Analgesic effects of sweet solutions and pacifiers in term neonates

BMJ 2000; 320 doi: https://doi.org/10.1136/bmj.320.7240.1002 (Published 08 April 2000) Cite this as: BMJ 2000;320:1002

Suckling at the breast is better than sweet solutions and pacifiers

  1. Carol Campbell, clinical medical officer (ccampbell{at}btinternet.com)
  1. Community Paediatric Department, Foyle HSS Trust, Londonderry BT47 1TG
  2. Department of Paediatrics, Borås Hospital, S-501 82 Borås, Sweden
  3. Wotton Lawn, Horton Road, Gloucester GLI 3WL
  4. Nuffield Department of Anaesthetics, John Radcliffe Hospital, Oxford OX3 9DU
  5. Birmingham Heartlands Hospital, Birmingham B9 5SS
  6. Poissy Hospital, 78300 Poissy, France

    EDITOR—A breastfeeding mother spontaneously comforts her distressed infant by putting him or her to the breast.
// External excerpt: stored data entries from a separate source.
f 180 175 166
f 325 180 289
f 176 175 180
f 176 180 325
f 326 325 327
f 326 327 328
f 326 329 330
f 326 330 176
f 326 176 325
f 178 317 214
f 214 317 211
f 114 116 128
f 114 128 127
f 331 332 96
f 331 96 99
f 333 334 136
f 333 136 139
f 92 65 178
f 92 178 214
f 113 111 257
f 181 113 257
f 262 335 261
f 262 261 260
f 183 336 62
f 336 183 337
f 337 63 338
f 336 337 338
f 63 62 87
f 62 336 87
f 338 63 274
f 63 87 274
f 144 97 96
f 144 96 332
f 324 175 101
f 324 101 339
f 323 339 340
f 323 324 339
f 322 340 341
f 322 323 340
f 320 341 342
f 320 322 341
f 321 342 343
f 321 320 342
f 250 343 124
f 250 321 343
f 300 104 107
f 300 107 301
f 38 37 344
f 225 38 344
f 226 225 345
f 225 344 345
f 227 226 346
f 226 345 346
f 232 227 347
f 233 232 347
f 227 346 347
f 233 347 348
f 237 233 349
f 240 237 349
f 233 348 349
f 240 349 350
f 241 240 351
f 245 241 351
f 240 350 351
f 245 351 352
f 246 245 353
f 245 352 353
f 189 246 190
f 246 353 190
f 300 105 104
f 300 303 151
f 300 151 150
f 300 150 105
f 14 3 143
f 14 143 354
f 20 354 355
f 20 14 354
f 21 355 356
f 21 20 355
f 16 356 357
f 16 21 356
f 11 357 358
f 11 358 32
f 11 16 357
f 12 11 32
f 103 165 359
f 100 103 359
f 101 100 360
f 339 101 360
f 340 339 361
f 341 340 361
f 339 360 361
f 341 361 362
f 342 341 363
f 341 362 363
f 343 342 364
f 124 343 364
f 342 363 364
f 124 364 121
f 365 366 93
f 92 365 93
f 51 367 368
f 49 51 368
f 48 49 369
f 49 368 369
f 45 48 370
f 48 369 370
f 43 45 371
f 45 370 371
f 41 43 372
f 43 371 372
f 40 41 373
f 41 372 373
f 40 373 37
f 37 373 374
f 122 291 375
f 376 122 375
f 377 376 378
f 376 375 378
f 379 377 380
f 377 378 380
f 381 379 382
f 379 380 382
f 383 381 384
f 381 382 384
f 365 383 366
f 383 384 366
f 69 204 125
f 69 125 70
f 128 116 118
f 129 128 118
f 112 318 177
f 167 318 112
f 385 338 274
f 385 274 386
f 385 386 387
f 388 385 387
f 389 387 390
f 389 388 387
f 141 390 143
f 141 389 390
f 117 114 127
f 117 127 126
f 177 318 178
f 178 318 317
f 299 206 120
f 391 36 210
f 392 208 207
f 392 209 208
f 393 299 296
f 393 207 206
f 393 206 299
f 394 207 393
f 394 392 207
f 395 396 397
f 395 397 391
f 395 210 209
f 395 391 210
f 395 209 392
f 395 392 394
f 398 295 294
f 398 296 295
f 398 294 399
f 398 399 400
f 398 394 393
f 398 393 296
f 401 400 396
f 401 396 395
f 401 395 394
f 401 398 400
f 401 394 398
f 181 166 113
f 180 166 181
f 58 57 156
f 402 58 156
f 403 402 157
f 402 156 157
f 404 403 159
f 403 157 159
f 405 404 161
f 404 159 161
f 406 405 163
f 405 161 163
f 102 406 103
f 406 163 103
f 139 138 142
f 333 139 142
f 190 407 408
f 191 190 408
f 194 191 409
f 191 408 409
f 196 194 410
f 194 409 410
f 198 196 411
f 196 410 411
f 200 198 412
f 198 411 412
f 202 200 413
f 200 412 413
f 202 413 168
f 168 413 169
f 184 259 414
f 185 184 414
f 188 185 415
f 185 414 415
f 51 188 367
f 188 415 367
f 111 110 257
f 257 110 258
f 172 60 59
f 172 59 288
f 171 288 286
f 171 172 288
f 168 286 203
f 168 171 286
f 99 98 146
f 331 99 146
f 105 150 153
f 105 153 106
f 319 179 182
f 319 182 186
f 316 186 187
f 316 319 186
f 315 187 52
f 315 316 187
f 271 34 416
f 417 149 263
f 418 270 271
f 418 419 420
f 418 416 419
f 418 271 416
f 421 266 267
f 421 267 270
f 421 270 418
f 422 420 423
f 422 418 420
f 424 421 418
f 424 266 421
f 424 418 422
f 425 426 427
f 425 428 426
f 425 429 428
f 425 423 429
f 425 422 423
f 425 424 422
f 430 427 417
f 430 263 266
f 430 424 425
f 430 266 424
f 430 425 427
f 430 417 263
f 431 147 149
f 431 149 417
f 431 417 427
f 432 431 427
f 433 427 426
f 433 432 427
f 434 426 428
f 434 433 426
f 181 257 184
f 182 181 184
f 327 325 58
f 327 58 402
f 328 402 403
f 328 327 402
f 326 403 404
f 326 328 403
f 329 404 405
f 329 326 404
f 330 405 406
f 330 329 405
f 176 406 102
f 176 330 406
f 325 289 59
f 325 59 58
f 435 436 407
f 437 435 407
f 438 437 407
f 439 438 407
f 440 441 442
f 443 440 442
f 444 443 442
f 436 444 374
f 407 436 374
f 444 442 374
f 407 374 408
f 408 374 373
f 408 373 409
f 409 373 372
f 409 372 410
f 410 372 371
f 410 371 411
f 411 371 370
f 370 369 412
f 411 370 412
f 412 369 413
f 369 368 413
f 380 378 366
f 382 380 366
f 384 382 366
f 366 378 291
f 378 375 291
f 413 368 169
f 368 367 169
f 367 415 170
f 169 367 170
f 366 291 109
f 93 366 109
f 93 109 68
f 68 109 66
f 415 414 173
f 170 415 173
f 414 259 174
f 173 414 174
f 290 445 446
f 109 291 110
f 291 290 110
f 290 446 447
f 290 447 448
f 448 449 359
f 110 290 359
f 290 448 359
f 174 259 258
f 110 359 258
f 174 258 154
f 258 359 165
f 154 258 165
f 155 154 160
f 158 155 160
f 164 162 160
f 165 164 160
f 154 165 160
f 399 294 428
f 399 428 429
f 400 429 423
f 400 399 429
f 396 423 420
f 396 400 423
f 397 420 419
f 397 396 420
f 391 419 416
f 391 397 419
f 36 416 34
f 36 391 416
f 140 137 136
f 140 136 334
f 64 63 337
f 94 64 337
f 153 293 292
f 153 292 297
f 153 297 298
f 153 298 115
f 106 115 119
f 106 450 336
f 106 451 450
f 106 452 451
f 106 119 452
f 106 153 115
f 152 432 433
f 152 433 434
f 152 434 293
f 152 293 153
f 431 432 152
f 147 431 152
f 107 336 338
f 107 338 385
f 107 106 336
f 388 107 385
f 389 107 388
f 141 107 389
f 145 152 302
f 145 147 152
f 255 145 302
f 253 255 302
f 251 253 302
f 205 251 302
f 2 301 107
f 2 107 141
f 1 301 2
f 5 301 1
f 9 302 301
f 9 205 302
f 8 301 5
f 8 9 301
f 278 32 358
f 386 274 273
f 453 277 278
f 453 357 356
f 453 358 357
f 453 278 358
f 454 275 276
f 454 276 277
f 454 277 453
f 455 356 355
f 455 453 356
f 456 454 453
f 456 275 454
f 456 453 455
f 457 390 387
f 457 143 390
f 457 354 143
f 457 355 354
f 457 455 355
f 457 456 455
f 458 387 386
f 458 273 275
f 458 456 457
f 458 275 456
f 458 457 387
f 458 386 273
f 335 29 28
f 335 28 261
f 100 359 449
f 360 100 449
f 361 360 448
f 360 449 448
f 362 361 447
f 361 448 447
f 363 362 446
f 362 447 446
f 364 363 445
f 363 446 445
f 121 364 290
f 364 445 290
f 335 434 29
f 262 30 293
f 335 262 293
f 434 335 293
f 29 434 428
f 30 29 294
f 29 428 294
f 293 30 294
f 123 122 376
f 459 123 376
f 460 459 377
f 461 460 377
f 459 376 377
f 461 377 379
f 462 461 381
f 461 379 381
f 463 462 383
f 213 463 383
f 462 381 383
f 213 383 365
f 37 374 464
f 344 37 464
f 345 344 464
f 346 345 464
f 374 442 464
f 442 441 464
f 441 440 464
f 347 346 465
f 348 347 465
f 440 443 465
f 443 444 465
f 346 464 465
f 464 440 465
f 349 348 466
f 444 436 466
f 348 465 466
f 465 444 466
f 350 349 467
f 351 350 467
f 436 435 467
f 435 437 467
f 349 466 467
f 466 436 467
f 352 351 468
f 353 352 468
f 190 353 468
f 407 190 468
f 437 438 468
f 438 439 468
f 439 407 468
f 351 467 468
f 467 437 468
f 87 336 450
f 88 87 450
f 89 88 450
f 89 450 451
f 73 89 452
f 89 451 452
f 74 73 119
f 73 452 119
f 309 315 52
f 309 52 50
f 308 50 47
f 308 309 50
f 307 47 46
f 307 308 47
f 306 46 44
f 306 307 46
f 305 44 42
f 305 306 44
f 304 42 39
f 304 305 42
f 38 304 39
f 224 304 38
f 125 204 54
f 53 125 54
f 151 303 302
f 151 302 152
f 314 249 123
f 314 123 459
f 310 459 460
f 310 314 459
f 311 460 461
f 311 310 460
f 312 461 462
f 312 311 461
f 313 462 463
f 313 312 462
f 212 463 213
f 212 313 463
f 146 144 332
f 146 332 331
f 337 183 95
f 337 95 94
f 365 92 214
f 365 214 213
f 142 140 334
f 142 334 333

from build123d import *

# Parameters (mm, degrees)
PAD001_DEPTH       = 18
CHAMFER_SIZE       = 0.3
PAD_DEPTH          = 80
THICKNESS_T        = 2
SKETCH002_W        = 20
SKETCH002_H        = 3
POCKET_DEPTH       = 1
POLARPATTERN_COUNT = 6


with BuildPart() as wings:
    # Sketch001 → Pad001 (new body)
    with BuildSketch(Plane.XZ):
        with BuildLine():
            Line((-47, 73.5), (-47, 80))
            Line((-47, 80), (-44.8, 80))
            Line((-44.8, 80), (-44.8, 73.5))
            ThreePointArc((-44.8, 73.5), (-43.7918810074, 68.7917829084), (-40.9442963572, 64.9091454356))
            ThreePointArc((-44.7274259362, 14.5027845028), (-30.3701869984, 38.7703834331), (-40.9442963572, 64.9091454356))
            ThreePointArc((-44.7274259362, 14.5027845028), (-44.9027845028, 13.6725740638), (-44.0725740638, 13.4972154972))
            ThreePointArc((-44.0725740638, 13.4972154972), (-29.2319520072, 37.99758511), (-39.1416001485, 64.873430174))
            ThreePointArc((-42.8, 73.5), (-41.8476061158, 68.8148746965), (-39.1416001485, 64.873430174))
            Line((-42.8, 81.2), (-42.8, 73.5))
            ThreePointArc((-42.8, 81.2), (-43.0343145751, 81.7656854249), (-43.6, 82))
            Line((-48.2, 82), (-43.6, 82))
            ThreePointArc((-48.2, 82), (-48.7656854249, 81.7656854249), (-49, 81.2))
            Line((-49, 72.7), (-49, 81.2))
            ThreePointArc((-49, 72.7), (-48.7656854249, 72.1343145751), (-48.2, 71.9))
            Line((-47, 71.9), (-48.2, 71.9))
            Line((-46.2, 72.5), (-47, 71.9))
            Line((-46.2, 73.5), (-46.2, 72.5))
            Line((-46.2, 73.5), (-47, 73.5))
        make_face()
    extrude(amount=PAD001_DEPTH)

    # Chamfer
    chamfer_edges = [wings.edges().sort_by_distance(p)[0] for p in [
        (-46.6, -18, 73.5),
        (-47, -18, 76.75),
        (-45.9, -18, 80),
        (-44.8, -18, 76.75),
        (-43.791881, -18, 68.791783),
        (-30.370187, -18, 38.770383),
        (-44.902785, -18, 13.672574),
It is a pity that Carbajal et al, when assessing the analgesic effects of orally administered glucose and sucrose in healthy term neonates, did not include a comparison group of infants given breast milk, which is rich in lactose and naturally sweet.1 It would also have been appropriate to compare the analgesic effect of using a pacifier with that of suckling at the breast before and immediately after the painful procedure.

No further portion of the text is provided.